Paralelamente, a cada 15 dias, dona Cenira distribui cerca de 150 marmitas de comida (feitas com alimentos que arrecada de doação de supermercados do bairro) para famílias em maior vulnerabilidade. Além disso, ela costuma doar sabão líquido (que fabrica com óleo reciclado) e máscaras (costuradas por ela e um grupo de artesãs parceiras), para a vizinhança se proteger da covid-19.

Delegada do Movimento Nacional de Luta pela Moradia da Região Leste, conselheira do Orçamento Participativo, integrante da Rede Ideia Avesol (de economia solidária e voluntariado), ela ainda está à frente do grupo Arte Mãe da Vila Bom Jesus. Este último conta atualmente com 12 artesãs, que também vivem da venda de mantas, trilhos para mesa, bolsas, roupas, e outros produtos feitos da fibra de garrafa pet.

Perto dali, outra moradora da comunidade Bom Jesus – dona Haidee da Rosa Brito de Lucena, de 80 anos –, reaproveita caixas de ovos, garrafas pet, rolos de papel higiênico, palitos de sorvete, latas de café, entre outros materiais, para usar nas oficinas de arte que ministra para mulheres da Vila.

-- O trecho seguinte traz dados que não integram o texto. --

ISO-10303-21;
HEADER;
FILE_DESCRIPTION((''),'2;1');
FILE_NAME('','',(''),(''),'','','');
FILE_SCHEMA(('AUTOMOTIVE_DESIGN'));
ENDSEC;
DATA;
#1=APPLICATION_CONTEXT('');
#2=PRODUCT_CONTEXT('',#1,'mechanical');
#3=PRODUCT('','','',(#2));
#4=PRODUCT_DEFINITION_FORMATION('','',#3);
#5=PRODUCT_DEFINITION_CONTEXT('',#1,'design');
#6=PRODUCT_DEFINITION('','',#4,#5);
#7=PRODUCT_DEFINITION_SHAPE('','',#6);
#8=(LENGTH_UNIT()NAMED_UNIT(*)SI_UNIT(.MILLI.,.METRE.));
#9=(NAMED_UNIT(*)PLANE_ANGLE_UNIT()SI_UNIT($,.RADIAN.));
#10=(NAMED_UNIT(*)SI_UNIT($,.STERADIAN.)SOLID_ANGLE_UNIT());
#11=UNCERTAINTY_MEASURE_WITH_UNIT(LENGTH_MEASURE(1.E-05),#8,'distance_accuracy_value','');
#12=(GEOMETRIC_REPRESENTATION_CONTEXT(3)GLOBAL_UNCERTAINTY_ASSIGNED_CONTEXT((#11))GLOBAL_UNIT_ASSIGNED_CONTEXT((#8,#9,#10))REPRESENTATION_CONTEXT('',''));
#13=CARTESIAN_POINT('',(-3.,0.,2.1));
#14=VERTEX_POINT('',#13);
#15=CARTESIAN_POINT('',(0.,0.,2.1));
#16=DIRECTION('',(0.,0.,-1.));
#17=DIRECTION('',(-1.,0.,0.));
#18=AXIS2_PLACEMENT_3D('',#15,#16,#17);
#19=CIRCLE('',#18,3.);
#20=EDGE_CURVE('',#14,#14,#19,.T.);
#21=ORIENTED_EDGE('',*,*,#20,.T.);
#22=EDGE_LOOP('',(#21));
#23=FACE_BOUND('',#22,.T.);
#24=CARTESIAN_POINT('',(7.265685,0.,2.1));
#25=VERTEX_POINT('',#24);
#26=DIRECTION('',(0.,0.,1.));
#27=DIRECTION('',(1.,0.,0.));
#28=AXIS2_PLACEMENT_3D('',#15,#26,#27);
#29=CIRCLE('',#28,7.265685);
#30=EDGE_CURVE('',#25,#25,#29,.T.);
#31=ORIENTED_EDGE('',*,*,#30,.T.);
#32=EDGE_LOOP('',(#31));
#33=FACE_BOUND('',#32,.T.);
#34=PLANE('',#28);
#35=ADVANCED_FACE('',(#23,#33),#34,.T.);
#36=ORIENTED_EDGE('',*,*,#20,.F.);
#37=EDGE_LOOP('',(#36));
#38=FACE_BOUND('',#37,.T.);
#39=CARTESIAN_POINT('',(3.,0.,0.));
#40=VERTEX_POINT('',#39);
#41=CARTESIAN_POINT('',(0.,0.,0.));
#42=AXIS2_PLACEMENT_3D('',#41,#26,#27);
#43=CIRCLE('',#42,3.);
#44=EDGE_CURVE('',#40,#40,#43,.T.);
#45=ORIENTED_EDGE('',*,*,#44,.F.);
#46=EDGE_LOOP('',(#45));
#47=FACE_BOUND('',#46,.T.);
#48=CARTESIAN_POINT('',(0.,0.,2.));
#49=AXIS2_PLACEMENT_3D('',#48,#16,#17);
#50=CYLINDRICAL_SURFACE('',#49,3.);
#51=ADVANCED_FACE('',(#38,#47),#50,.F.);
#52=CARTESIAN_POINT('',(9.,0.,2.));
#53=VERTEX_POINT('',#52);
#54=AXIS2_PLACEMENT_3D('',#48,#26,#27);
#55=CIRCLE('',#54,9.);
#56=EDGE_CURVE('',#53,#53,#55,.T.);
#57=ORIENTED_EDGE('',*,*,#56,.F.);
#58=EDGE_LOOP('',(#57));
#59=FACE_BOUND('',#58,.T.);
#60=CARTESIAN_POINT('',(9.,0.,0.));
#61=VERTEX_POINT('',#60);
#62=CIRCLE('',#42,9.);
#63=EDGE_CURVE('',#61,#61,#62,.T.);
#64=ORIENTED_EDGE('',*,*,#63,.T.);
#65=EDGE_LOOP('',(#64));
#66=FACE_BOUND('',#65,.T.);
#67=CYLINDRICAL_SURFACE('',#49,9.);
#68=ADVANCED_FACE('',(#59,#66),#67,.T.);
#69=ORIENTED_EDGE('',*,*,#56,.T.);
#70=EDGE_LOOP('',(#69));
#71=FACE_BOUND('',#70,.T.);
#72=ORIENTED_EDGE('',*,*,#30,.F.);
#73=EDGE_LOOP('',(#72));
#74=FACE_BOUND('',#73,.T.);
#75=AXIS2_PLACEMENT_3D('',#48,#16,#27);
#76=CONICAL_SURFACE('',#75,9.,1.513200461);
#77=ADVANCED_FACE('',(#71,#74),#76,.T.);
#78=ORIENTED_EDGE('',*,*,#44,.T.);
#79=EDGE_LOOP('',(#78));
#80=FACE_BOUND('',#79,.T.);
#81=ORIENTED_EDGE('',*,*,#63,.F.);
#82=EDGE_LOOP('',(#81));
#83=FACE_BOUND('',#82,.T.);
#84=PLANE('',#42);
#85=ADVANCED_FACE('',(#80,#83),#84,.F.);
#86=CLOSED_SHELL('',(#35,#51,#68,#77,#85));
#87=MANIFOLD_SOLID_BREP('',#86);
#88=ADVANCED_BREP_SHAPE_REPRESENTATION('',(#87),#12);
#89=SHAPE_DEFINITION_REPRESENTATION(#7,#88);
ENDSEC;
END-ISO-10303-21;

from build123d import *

# Parameters (mm, degrees)
SKETCH2_R           = 9
SKETCH2_R_2         = 3
BOSS_EXTRUDE1_DEPTH = 2
SKETCH4_R           = 9
BOSS_EXTRUDE2_DEPTH = 0.1
BOSS_EXTRUDE2_TAPER = 86.7
SKETCH5_R           = 3
CUT_EXTRUDE1_DEPTH  = 0.1


with BuildPart() as part:
    # Sketch2 → Boss-Extrude1 (new body)
    with BuildSketch(Plane.XY):
        Circle(SKETCH2_R)
        Circle(SKETCH2_R_2, mode=Mode.SUBTRACT)
    extrude(amount=BOSS_EXTRUDE1_DEPTH)

    # Sketch4 → Boss-Extrude2 (add)
    with BuildSketch(Plane.XY.offset(2)):
        Circle(SKETCH4_R)
    extrude(amount=BOSS_EXTRUDE2_DEPTH, taper=BOSS_EXTRUDE2_TAPER)

    # Sketch5 → Cut-Extrude1 (cut)
    with BuildSketch(Plane(origin=(0, 0, 2), x_dir=(-1, 0, 0), z_dir=(0, 0, -1))):
        Circle(SKETCH5_R)
    extrude(amount=-CUT_EXTRUDE1_DEPTH, mode=Mode.SUBTRACT)


solid = part.part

Ela vive da criatividade, produzindo bolos fakes e outros itens decorativos para eventos da vizinhança. “Casamentos, chás de fralda, aniversários, festas de 15 anos”, resume. “Como está tudo parado, estou investindo agora mais em brechó e loja de bijuterias”, pondera dona Haidee.

Foto: Igor Sperotto

“Uber” alternativo tem tarifa fixa e leva passageiros onde os motoristas de aplicativos convencionais não querem entrar

Foto: Igor Sperotto

Além desse cenário, outros negócios atendem à demanda dos vizinhos da “Bonja”, como é conhecida a região entre os locais. São dezenas de lancherias, restaurantes, pizzarias, que trabalham com tele-entrega, grande oferta de fretes, e outros serviços que viabilizam ser atendidos sem sair do bairro, como a aplicação de piercings e design de sobrancelhas.

Há, ainda, um sistema de uber independente, para atender com transporte individual aos vizinhos que enfrentam preconceito e recusa de serviços em apps comuns quando a solicitação é feita de dentro da Vila ou com destino ao bairro. Um dos motoristas que atuam em um dos três pontos de embarque ou chamada – e que prefere não se identificar – explica que os valores são fixos, dependendo do destino. “Os deslocamentos dentro da Bonja custam R$ 7,00. Para ir até à Protásio Alves (uma das fronteiras do bairro), são R$ 10,00, e para o Centro, o valor é R$ 25,00”, comenta.

“Funciona como um ponto de táxi, e somos acionados por whatsapp, onde nos comunicamos em um grupo privado.” Atualmente, a Vila conta com, pelo menos, 30 veículos disponíveis para atender à vizinhança. O negócio agradou tanto que os motoristas contam inclusive com clientes fixos. “Além de ter certeza que será atendido, o usuário também se beneficia de não ser obrigado a pagar tarifas dinâmicas”, valoriza o motorista, que trabalha no ramo há oito meses.